Dann war da in der Alserbachstraße eine Spedition. Über dem mächtigen Torbogen ein Schild. „Umzüge innerhalb der Hauptstadt und in die Provinz.“ Gut zu wissen.
So ungefähr Anfang bis Mitte November 77 hatten sich Löcher in meinem Einsamkeits-Bleimantel gebildet. Nach ein paar misslungenen Anbandelungs-Versuchen im Hörsaal mit neben mir sitzenden einheimischen Kolleginnen – „Ah, Du bist aus Linz! Wohnst Du da am Bauernhof?“ – hatte sich um mich ein sehr liebenswürdiger Kreis von besonderen Menschen gebildet. Die Einstiegsdroge war oft meine Vorlesungs-Mitschrift, die meist recht komplett und sinnerfassend war. Dieser Magnet hat ein paar Leute angelockt und sie alle waren es wert. Ein skurril-absurder Villacher mit Spitznamen Happy war der Spitzenreiter. Als Happy und Sunny waren wir unzertrennlich. Meine wunderbare Sylvia/Laura, der ich in meinem Blog schon ein Denkmal errichtet habe. Später sehr bekannte ORF JournalistInnen, die ich hier nicht mit unserer gemeinsamen Vergangenheit belasten will.
Verena, mit der ich die Studentenvertretung auf der Politikwissenschaft betrieb und die mir bis heute eine heiter-kritische Begleiterin geblieben ist. Zwei, drei Oberösterreicher, die so wie ich von den Mostschädeln los wollten. Mein herrlicher Freund Herbert, seit Kindertagen mit mir verbunden und bis heute unverzichtbar. Und dann eine ganze Clique Wiener StudentInnen. Durch sie, die mir wirklich sehr unbekümmert begegneten, erfuhr ich, was es heißt, wenn man nicht in die passende Wiener Schule gegangen ist, wenn die prominenten Eltern sich nicht kannten und die große Wohnung im Palais nicht von den Großeltern ererbt worden war. Der Eintritt in diese Welt des klassischen Großbürgertums wurde mir zwar sehr leicht gemacht und doch fehlten mir die unsichtbaren Erkennungszeichen des selbstverständlichen Dazugehörens. Das dauert viele Jahre und manches bleibt immer fremd.

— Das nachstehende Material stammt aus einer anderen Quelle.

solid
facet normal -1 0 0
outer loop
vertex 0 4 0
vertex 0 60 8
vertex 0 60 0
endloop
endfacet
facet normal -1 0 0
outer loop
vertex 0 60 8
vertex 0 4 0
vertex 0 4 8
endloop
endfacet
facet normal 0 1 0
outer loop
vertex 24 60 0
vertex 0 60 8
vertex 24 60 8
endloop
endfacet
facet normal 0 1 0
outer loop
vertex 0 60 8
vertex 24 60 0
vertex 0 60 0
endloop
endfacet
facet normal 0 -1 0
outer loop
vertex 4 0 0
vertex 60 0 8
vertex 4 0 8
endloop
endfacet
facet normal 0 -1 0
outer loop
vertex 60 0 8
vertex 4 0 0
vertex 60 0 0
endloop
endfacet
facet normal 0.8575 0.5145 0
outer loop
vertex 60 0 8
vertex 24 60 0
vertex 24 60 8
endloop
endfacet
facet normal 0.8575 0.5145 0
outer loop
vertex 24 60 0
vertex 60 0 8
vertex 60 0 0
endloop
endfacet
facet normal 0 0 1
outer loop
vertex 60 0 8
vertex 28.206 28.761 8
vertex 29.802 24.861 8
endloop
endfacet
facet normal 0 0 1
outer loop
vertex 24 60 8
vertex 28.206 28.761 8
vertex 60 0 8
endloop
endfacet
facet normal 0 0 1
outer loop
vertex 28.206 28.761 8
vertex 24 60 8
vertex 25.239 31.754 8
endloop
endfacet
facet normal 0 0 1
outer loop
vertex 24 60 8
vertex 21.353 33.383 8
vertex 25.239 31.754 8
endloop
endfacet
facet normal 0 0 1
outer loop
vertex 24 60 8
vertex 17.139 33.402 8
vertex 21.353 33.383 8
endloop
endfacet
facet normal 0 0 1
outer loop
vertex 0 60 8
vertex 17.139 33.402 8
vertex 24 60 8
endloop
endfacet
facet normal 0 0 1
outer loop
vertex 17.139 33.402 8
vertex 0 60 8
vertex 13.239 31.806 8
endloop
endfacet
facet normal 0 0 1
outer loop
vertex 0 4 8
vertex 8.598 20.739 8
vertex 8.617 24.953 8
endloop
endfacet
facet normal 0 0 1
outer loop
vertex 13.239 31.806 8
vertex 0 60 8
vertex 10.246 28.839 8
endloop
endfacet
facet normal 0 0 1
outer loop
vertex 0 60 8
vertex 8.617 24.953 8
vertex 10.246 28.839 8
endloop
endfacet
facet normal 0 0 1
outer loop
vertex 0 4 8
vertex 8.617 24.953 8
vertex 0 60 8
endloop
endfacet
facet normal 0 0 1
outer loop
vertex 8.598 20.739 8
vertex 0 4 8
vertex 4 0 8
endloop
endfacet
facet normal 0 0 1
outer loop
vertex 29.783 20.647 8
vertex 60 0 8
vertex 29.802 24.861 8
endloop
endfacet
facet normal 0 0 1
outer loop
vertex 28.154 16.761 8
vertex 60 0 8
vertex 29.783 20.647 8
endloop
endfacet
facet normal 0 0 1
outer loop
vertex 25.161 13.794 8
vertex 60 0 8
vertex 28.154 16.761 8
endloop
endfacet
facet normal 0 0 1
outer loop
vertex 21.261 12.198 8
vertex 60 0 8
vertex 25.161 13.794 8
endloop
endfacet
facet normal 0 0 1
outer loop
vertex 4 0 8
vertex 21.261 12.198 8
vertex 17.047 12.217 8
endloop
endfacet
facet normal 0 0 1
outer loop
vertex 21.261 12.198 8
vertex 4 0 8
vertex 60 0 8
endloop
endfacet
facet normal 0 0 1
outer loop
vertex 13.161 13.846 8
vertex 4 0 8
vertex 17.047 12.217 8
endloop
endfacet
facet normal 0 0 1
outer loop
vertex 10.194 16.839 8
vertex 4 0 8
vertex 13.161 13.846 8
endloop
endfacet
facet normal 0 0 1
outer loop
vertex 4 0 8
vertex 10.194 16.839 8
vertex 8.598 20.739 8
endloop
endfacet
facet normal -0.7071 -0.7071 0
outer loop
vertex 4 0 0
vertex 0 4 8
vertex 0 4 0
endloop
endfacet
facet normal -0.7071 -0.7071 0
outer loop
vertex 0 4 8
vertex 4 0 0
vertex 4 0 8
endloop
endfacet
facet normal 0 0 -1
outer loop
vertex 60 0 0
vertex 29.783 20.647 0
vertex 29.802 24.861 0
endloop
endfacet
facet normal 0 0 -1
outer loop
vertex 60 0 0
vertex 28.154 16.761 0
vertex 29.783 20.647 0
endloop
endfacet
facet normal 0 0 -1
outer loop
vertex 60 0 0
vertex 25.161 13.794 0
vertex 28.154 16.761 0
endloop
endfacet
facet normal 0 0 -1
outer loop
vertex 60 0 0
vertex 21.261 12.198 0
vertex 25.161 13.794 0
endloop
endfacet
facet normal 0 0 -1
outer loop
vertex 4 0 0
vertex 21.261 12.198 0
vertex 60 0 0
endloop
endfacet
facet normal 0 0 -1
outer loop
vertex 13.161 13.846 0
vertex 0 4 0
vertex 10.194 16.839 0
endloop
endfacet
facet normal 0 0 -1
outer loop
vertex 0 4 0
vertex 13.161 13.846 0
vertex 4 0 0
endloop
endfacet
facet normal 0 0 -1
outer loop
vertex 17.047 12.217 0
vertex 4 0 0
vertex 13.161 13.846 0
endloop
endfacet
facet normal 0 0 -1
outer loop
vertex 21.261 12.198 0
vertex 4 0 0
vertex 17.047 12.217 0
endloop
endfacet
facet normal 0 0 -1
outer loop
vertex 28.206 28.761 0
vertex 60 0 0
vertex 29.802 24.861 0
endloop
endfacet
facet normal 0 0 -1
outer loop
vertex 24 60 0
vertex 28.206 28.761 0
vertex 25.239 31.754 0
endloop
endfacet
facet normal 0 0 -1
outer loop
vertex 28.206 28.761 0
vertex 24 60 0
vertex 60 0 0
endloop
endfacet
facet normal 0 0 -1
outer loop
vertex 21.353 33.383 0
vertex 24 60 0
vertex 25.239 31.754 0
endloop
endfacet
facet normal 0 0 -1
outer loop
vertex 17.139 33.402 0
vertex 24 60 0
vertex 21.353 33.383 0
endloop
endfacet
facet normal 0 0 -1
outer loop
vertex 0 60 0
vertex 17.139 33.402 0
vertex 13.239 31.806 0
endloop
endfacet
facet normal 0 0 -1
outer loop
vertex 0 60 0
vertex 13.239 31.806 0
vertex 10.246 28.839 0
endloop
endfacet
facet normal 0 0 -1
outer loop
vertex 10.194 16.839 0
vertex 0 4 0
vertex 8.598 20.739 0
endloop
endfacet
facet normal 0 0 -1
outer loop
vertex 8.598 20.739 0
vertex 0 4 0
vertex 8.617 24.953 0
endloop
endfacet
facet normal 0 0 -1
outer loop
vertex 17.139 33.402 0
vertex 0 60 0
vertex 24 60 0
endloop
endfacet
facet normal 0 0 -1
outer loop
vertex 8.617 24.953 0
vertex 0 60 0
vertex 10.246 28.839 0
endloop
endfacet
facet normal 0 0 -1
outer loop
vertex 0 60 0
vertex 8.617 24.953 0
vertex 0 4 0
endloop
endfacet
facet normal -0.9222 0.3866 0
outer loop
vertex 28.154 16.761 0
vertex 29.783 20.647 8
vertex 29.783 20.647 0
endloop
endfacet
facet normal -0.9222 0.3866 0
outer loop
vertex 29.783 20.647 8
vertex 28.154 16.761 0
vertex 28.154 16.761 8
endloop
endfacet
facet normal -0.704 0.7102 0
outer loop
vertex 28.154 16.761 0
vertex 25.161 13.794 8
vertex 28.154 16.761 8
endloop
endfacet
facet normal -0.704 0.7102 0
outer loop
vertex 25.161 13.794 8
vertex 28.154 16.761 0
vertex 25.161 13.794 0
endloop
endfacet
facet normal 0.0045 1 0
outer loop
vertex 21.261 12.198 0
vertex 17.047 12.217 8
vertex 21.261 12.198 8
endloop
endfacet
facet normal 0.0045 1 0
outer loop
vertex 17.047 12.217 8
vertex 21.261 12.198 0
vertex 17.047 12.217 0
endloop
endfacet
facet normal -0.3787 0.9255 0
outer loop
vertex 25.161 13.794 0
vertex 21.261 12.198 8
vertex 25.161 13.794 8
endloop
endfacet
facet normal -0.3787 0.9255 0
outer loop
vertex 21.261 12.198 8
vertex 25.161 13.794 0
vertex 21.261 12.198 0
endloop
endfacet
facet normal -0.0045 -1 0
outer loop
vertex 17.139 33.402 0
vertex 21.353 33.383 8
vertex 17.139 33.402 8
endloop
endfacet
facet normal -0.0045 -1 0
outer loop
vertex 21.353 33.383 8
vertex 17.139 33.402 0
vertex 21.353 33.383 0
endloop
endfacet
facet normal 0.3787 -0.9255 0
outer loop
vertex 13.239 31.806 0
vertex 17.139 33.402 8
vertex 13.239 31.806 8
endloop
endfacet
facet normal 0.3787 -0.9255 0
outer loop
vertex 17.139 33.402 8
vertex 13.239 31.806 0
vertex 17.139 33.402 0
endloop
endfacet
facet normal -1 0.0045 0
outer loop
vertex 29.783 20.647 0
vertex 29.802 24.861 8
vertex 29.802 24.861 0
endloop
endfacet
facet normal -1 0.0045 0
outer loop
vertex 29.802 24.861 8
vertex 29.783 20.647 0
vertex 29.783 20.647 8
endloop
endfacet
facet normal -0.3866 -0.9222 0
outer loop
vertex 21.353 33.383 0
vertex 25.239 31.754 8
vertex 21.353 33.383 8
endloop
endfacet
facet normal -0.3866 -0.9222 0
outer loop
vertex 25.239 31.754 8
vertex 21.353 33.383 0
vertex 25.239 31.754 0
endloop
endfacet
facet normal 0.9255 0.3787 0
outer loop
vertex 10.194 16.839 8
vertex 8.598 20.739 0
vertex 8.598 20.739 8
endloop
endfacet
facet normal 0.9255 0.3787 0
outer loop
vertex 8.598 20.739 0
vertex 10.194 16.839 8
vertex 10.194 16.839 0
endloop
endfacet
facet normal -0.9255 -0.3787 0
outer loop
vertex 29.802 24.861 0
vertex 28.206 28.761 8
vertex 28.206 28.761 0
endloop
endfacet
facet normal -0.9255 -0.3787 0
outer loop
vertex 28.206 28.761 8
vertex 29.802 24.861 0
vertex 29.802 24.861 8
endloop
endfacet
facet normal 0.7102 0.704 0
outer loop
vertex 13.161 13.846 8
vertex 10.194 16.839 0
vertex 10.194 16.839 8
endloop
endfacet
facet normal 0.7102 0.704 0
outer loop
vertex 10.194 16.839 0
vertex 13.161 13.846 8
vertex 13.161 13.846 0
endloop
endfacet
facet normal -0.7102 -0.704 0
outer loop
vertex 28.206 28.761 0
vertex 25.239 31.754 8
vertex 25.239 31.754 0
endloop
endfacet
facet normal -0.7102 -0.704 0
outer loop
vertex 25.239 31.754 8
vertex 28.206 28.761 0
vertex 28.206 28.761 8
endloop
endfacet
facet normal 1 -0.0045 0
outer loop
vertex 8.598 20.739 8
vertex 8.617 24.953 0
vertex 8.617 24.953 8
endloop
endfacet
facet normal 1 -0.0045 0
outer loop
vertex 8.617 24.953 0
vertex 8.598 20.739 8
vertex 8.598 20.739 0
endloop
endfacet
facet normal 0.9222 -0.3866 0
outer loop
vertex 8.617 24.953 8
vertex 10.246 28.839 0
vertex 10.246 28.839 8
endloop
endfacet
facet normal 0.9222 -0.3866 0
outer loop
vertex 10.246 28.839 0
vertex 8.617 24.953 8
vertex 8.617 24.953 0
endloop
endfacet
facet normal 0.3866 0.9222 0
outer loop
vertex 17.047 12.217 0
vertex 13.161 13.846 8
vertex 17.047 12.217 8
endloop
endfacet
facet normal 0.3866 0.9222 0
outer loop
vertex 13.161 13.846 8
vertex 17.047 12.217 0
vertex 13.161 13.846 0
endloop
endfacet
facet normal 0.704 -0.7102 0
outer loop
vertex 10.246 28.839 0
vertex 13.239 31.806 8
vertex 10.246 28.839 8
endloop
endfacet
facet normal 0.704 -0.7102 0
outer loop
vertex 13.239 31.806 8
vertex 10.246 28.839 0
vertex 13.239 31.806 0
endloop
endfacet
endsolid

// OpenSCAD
$fn = 32;

// ----------------------------------------------------------------------
// Bracket plate: gusset 60 x 60
// ----------------------------------------------------------------------

// --- parameters (mm) ---
hole_r = 3.5;             // bolt hole radius
plate_t = 8;              // plate thickness, Z (extrusion height)
gus_a = 60;               // base length
gus_b = 60;               // height
top_x = 24;               // top edge X of the angled cut
light_r = 10.8;           // lightening hole radius

light_d = 2 * light_r;

profile = [[4, 0], [30, 0], [60, 0], [24, 60], [0, 60], [0, 4]];  // primary outline, 6 points, counter clockwise
void_1 = [[29.802, 24.861], [28.206, 28.761], [25.239, 31.754], [21.353, 33.383], [17.139, 33.402], [13.239, 31.806], [10.246, 28.839], [8.617, 24.953], [8.598, 20.739], [10.194, 16.839], [13.161, 13.846], [17.047, 12.217], [21.261, 12.198], [25.161, 13.794], [28.154, 16.761], [29.783, 20.647]];  // lightening hole, 16 points

// --- the one profile operation ---
difference() {
  linear_extrude(height = plate_t) polygon(points = profile);
  translate([0, 0, -1])
    linear_extrude(height = plate_t + 2) polygon(points = void_1);
}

Durch diesen doch recht ansehnlichen Bekanntenkreis kam ich viel herum in Wien. Der Stadtplan war mein ständiger Begleiter. Wenn ich dann zu den abendlichen Gelagen meist zu Fuß unterwegs war, umfing mich diese eigenartig morbide Kühle, die von den alten Häusern ausgeatmet wurde. So viele Jahrzehnte, so viele Geschichten, immer mit einer klebrig-feuchten Aura des halb Vergessenen und nie Verarbeiteten.
Das schmeckt, riecht, mutet ganz speziell an. Irgendwie vertraut und doch lange Zeit hindurch beängstigend.
Heute ist all das zu meinem selbstverständlichen Ambiente geworden. Und doch hab ich sofort die alten Bilder und Gerüche in mir gespürt. Heute, als mich das Taxi abends zum Flughafen brachte. Und der Fahrer Schleichwege fuhr, weil die Rush-Hour so heftig ausfiel.